(Dataset entries)
* * * * * * * * *
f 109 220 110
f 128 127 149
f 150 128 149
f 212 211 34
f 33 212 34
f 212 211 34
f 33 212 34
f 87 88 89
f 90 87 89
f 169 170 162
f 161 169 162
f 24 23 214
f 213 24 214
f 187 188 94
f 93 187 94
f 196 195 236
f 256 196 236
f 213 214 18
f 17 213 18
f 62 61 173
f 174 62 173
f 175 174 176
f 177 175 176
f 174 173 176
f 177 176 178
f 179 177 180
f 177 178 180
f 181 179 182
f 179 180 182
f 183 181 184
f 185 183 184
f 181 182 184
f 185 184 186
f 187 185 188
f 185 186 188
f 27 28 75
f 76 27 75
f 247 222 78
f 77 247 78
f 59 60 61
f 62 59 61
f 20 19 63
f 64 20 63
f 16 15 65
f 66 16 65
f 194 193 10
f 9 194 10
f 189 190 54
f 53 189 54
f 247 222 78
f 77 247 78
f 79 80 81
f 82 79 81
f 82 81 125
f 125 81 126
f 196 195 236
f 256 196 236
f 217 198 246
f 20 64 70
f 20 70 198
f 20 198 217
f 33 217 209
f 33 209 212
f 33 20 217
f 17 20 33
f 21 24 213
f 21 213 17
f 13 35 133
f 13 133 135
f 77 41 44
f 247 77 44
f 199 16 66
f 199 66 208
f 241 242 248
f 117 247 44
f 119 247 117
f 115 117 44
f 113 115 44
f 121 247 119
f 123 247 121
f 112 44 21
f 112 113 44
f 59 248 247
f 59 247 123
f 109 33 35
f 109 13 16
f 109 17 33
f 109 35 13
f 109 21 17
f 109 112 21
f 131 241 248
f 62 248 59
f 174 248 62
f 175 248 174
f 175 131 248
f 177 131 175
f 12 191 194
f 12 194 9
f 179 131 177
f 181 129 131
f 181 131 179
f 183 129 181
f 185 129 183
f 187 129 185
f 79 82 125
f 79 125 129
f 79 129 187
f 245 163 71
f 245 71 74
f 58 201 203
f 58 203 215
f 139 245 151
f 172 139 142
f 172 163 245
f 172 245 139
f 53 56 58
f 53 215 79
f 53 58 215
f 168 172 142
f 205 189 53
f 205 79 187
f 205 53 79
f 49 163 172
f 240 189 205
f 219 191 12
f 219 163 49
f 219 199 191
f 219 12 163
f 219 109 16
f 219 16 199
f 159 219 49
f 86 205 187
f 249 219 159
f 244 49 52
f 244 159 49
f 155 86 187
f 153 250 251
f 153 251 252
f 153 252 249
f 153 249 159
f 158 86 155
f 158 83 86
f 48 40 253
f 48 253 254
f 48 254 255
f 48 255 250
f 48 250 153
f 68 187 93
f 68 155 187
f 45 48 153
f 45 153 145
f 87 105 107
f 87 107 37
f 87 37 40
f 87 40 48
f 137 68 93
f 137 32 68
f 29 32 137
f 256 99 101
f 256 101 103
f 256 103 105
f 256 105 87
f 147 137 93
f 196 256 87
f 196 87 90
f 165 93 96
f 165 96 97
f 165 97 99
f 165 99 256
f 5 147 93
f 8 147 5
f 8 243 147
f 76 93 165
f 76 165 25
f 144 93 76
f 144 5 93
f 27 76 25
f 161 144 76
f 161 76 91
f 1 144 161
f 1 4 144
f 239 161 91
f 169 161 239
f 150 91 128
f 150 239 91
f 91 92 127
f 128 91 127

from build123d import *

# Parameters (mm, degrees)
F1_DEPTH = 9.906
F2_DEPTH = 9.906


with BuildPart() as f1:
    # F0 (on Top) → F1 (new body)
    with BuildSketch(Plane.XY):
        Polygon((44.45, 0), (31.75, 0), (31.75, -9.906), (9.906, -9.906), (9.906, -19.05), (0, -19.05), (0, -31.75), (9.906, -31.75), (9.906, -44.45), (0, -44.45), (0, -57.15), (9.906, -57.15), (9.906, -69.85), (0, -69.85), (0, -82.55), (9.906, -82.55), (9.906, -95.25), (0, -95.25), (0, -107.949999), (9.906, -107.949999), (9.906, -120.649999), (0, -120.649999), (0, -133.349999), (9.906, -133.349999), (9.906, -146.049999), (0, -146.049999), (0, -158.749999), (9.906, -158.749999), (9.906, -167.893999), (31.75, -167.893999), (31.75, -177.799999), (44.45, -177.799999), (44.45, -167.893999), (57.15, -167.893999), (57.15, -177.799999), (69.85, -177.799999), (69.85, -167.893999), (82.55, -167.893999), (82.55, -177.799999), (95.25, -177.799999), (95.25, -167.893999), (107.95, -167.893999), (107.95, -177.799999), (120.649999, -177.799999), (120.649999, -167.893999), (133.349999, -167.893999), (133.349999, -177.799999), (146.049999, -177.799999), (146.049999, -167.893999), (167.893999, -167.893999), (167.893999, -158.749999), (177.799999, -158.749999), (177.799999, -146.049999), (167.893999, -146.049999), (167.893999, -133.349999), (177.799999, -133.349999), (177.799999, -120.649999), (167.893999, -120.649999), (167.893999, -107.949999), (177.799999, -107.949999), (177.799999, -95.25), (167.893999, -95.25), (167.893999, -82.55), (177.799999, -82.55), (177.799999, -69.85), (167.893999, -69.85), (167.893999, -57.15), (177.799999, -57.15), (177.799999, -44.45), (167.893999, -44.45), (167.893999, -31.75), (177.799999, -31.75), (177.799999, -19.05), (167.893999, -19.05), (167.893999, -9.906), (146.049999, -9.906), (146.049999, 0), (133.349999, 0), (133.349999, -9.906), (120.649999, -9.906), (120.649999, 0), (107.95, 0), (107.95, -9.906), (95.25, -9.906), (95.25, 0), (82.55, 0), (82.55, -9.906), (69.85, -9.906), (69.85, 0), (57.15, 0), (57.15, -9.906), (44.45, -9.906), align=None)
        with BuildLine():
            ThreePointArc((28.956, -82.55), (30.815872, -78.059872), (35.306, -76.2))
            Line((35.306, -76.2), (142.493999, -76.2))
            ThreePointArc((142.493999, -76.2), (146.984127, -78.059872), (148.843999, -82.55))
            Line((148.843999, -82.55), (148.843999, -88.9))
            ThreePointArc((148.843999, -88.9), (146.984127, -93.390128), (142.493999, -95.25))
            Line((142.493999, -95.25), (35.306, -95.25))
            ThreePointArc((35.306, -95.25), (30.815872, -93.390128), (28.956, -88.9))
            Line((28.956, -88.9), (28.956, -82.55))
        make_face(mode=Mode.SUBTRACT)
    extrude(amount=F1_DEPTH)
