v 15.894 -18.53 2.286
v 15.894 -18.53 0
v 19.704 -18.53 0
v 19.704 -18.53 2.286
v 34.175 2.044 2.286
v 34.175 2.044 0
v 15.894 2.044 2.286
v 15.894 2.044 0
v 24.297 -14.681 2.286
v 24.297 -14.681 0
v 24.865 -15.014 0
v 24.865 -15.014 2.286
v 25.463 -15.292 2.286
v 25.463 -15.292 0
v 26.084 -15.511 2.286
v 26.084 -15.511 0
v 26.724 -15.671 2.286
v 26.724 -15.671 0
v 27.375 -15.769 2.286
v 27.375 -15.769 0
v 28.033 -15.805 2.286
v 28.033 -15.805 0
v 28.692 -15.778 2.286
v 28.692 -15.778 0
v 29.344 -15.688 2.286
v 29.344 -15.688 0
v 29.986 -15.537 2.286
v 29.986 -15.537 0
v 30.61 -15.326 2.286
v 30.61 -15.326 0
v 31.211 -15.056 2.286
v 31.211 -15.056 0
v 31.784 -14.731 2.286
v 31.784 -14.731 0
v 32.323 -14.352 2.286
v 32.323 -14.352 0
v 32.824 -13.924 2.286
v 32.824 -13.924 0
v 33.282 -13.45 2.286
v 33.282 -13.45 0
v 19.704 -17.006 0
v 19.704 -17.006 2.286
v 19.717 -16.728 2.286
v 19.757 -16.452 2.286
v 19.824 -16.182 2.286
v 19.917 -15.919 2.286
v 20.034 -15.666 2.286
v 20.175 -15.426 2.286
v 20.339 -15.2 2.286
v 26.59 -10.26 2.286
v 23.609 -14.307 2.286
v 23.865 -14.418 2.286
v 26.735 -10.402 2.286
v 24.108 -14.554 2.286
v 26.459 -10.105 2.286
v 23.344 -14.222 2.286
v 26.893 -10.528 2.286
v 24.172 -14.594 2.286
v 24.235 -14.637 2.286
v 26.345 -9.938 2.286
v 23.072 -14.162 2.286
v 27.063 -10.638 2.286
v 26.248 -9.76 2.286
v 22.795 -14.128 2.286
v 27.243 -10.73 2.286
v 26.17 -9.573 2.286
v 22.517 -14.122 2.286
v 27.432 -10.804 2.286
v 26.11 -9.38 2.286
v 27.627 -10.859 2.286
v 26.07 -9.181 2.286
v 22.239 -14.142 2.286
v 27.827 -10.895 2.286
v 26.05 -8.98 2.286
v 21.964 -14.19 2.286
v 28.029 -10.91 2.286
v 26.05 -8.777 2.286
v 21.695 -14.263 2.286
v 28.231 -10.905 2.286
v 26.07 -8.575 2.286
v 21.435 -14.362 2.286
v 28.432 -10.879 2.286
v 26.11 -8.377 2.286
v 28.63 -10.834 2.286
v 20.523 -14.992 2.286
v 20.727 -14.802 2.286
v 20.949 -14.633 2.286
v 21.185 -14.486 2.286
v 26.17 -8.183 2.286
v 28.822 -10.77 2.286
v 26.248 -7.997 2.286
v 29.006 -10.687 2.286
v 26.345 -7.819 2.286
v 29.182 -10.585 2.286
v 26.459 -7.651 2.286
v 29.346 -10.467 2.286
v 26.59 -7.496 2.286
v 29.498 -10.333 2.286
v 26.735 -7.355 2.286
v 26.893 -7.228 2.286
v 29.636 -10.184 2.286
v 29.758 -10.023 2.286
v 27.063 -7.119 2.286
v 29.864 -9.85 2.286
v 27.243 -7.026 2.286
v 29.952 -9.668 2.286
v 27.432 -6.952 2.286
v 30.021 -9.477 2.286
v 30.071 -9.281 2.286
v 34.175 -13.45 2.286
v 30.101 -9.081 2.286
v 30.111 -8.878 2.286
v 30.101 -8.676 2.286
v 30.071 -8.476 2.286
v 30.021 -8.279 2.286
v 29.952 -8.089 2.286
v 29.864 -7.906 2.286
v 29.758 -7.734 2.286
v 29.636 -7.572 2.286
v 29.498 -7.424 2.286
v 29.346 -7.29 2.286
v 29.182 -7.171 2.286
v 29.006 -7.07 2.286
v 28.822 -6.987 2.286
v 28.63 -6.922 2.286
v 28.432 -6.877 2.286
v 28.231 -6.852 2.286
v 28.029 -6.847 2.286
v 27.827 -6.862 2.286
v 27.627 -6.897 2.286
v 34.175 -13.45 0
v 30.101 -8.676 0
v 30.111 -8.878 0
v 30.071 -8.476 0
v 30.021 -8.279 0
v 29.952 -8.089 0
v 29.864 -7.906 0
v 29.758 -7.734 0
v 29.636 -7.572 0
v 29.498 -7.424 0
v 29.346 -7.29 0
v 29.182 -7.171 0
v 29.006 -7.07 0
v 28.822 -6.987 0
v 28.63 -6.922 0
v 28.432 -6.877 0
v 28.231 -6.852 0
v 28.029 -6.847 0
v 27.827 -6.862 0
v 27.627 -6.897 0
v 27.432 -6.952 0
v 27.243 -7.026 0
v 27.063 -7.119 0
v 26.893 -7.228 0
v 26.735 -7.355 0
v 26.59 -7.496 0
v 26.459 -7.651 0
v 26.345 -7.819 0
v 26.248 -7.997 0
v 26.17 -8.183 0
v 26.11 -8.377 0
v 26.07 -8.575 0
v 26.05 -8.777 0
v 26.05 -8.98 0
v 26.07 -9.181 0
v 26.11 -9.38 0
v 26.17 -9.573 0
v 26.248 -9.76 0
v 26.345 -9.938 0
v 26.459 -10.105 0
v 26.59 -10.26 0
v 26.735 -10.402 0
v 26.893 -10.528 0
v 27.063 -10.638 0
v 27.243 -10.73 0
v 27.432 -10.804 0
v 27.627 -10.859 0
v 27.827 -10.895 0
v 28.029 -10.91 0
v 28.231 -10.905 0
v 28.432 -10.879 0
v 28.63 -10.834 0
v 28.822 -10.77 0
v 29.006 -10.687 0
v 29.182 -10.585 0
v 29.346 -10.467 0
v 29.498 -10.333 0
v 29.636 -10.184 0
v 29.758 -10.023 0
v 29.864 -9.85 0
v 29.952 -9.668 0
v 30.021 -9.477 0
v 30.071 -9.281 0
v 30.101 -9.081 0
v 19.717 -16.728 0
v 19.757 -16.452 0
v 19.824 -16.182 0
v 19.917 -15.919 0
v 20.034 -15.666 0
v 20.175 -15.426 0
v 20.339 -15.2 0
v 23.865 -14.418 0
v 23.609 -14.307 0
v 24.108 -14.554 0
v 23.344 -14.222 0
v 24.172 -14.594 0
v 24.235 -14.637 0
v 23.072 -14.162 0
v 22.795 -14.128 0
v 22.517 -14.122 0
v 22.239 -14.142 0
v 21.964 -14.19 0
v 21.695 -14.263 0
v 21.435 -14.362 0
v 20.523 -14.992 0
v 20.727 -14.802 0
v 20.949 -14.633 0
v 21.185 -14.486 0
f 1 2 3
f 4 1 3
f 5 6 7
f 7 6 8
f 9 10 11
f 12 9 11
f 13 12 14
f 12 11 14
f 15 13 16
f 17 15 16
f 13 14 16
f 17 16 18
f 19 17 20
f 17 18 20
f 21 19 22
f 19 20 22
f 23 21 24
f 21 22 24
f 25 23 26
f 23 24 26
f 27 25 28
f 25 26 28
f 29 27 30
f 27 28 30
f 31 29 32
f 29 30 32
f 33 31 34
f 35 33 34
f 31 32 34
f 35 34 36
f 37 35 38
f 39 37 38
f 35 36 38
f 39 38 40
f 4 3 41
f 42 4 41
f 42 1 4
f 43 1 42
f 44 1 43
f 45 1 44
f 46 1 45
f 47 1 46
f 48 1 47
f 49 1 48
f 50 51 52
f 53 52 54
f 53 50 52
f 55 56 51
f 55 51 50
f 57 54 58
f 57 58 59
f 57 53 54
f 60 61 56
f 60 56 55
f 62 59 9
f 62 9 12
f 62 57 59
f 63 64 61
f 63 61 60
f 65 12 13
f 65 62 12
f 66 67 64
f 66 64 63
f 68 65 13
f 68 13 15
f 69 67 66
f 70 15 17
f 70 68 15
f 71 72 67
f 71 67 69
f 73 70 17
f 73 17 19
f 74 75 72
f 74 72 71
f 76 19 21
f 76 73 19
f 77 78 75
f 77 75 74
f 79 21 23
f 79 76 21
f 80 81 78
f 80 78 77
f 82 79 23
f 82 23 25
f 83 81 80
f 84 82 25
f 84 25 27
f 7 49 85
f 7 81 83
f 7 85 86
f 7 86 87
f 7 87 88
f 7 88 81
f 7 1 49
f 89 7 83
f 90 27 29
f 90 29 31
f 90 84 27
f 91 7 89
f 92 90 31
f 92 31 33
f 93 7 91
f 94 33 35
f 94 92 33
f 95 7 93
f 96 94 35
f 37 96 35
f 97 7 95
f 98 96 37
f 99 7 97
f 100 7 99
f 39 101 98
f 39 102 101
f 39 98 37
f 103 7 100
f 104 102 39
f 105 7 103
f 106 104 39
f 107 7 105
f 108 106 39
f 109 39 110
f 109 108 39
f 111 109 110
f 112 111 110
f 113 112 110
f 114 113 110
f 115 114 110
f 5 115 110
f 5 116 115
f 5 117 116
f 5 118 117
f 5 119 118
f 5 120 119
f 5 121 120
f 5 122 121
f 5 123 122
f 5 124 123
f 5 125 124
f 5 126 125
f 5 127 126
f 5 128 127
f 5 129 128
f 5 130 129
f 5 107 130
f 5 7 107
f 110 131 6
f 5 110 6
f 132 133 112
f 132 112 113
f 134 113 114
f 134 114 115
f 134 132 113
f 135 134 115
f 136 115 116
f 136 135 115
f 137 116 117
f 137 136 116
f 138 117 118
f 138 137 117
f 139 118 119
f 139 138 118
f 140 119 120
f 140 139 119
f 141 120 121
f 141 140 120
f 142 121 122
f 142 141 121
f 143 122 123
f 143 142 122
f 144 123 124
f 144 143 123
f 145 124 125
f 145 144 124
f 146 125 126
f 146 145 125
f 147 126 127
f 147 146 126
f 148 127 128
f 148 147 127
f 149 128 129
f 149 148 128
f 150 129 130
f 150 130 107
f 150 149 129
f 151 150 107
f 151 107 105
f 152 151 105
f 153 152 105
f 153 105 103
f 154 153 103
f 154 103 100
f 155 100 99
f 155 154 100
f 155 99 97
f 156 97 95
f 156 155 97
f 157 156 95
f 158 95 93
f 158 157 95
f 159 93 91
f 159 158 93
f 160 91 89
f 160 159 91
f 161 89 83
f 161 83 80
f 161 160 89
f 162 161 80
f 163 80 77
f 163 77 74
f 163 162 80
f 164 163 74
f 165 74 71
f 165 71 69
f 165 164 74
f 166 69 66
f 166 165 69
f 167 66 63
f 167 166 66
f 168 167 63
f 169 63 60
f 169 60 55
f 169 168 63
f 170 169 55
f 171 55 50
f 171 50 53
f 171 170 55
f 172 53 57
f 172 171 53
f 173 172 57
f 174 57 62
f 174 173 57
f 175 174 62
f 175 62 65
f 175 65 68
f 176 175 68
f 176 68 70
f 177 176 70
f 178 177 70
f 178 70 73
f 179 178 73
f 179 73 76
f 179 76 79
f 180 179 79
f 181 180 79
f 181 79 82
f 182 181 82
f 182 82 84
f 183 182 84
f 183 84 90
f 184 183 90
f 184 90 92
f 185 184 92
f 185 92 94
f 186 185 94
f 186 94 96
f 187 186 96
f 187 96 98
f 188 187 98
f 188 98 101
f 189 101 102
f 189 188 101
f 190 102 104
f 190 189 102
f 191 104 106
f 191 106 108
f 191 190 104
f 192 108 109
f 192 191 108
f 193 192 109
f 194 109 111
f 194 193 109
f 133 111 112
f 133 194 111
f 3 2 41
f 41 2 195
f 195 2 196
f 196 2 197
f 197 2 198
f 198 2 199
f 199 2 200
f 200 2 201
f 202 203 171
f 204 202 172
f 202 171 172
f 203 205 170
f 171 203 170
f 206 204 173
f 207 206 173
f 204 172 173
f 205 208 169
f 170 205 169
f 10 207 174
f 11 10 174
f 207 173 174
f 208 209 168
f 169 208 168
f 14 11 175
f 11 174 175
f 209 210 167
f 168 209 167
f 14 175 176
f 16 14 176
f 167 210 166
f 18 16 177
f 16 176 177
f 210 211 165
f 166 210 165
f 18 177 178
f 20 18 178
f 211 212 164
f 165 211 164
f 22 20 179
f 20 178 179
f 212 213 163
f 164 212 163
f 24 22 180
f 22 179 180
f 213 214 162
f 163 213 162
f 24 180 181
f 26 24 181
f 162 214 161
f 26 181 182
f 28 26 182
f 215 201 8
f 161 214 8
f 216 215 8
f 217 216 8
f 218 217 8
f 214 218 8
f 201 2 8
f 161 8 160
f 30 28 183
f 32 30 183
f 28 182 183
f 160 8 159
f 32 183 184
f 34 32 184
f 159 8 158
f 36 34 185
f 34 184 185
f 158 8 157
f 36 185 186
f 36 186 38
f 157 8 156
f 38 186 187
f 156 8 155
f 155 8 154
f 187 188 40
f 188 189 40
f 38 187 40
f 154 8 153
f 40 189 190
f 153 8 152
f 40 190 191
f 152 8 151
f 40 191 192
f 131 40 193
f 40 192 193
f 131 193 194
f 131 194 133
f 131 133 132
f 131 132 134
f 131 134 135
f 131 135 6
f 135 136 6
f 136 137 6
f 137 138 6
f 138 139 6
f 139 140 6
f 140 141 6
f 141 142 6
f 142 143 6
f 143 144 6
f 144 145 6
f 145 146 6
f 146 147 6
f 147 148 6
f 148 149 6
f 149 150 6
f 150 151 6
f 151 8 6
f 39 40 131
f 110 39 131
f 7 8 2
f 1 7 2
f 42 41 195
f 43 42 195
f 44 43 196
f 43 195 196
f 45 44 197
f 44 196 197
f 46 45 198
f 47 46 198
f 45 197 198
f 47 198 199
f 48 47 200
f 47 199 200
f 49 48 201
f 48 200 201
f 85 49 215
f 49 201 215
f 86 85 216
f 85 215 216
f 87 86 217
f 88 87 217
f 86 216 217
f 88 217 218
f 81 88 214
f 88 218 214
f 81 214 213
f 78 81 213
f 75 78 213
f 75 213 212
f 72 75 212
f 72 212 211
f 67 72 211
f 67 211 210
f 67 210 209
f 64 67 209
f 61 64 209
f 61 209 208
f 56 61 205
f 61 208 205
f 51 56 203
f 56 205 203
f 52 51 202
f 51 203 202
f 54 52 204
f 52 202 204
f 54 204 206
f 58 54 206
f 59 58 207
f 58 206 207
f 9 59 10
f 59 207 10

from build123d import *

# Parameters (mm, degrees)
F0_R     = 2.032
F1_DEPTH = 2.286


with BuildPart() as f1:
    # F0 (on Top) → F1 (new body)
    with BuildSketch(Plane.XY):
        with BuildLine():
            Line((34.175198, -8.878299), (34.175198, 2.043701))
            Line((34.175198, 2.043701), (15.893778, 2.043701))
            Line((15.893778, 2.043701), (15.893778, -13.450299))
            Line((15.893778, -13.450299), (15.893778, -18.530299))
            Line((15.893778, -18.530299), (19.703778, -18.530299))
            Line((19.703778, -18.530299), (19.703778, -17.006299))
            ThreePointArc((19.703778, -17.006299), (21.185336, -14.485536), (24.108456, -14.553586))
            ThreePointArc((24.108456, -14.553586), (24.203978, -14.6154), (24.296988, -14.680933))
            ThreePointArc((24.296988, -14.680933), (29.019072, -15.740683), (33.282321, -13.450299))
            Line((33.282321, -13.450299), (34.175198, -13.450299))
            Line((34.175198, -13.450299), (34.175198, -8.878299))
        make_face()
        with Locations((28.079198, -8.878299)):
            Circle(F0_R, mode=Mode.SUBTRACT)
    extrude(amount=F1_DEPTH)


solid = f1.part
* * * * * * * * *
§ **Task directions**: In the entries above, find the line holding "v 28.822 -10.77 2.286" and the line holding "v 26.05 -8.777 0"; print both of them and every line between, exactly, and nothing else.

§ **Answer to this problem**:
v 28.822 -10.77 2.286
v 26.248 -7.997 2.286
v 29.006 -10.687 2.286
v 26.345 -7.819 2.286
v 29.182 -10.585 2.286
v 26.459 -7.651 2.286
v 29.346 -10.467 2.286
v 26.59 -7.496 2.286
v 29.498 -10.333 2.286
v 26.735 -7.355 2.286
v 26.893 -7.228 2.286
v 29.636 -10.184 2.286
v 29.758 -10.023 2.286
v 27.063 -7.119 2.286
v 29.864 -9.85 2.286
v 27.243 -7.026 2.286
v 29.952 -9.668 2.286
v 27.432 -6.952 2.286
v 30.021 -9.477 2.286
v 30.071 -9.281 2.286
v 34.175 -13.45 2.286
v 30.101 -9.081 2.286
v 30.111 -8.878 2.286
v 30.101 -8.676 2.286
v 30.071 -8.476 2.286
v 30.021 -8.279 2.286
v 29.952 -8.089 2.286
v 29.864 -7.906 2.286
v 29.758 -7.734 2.286
v 29.636 -7.572 2.286
v 29.498 -7.424 2.286
v 29.346 -7.29 2.286
v 29.182 -7.171 2.286
v 29.006 -7.07 2.286
v 28.822 -6.987 2.286
v 28.63 -6.922 2.286
v 28.432 -6.877 2.286
v 28.231 -6.852 2.286
v 28.029 -6.847 2.286
v 27.827 -6.862 2.286
v 27.627 -6.897 2.286
v 34.175 -13.45 0
v 30.101 -8.676 0
v 30.111 -8.878 0
v 30.071 -8.476 0
v 30.021 -8.279 0
v 29.952 -8.089 0
v 29.864 -7.906 0
v 29.758 -7.734 0
v 29.636 -7.572 0
v 29.498 -7.424 0
v 29.346 -7.29 0
v 29.182 -7.171 0
v 29.006 -7.07 0
v 28.822 -6.987 0
v 28.63 -6.922 0
v 28.432 -6.877 0
v 28.231 -6.852 0
v 28.029 -6.847 0
v 27.827 -6.862 0
v 27.627 -6.897 0
v 27.432 -6.952 0
v 27.243 -7.026 0
v 27.063 -7.119 0
v 26.893 -7.228 0
v 26.735 -7.355 0
v 26.59 -7.496 0
v 26.459 -7.651 0
v 26.345 -7.819 0
v 26.248 -7.997 0
v 26.17 -8.183 0
v 26.11 -8.377 0
v 26.07 -8.575 0
v 26.05 -8.777 0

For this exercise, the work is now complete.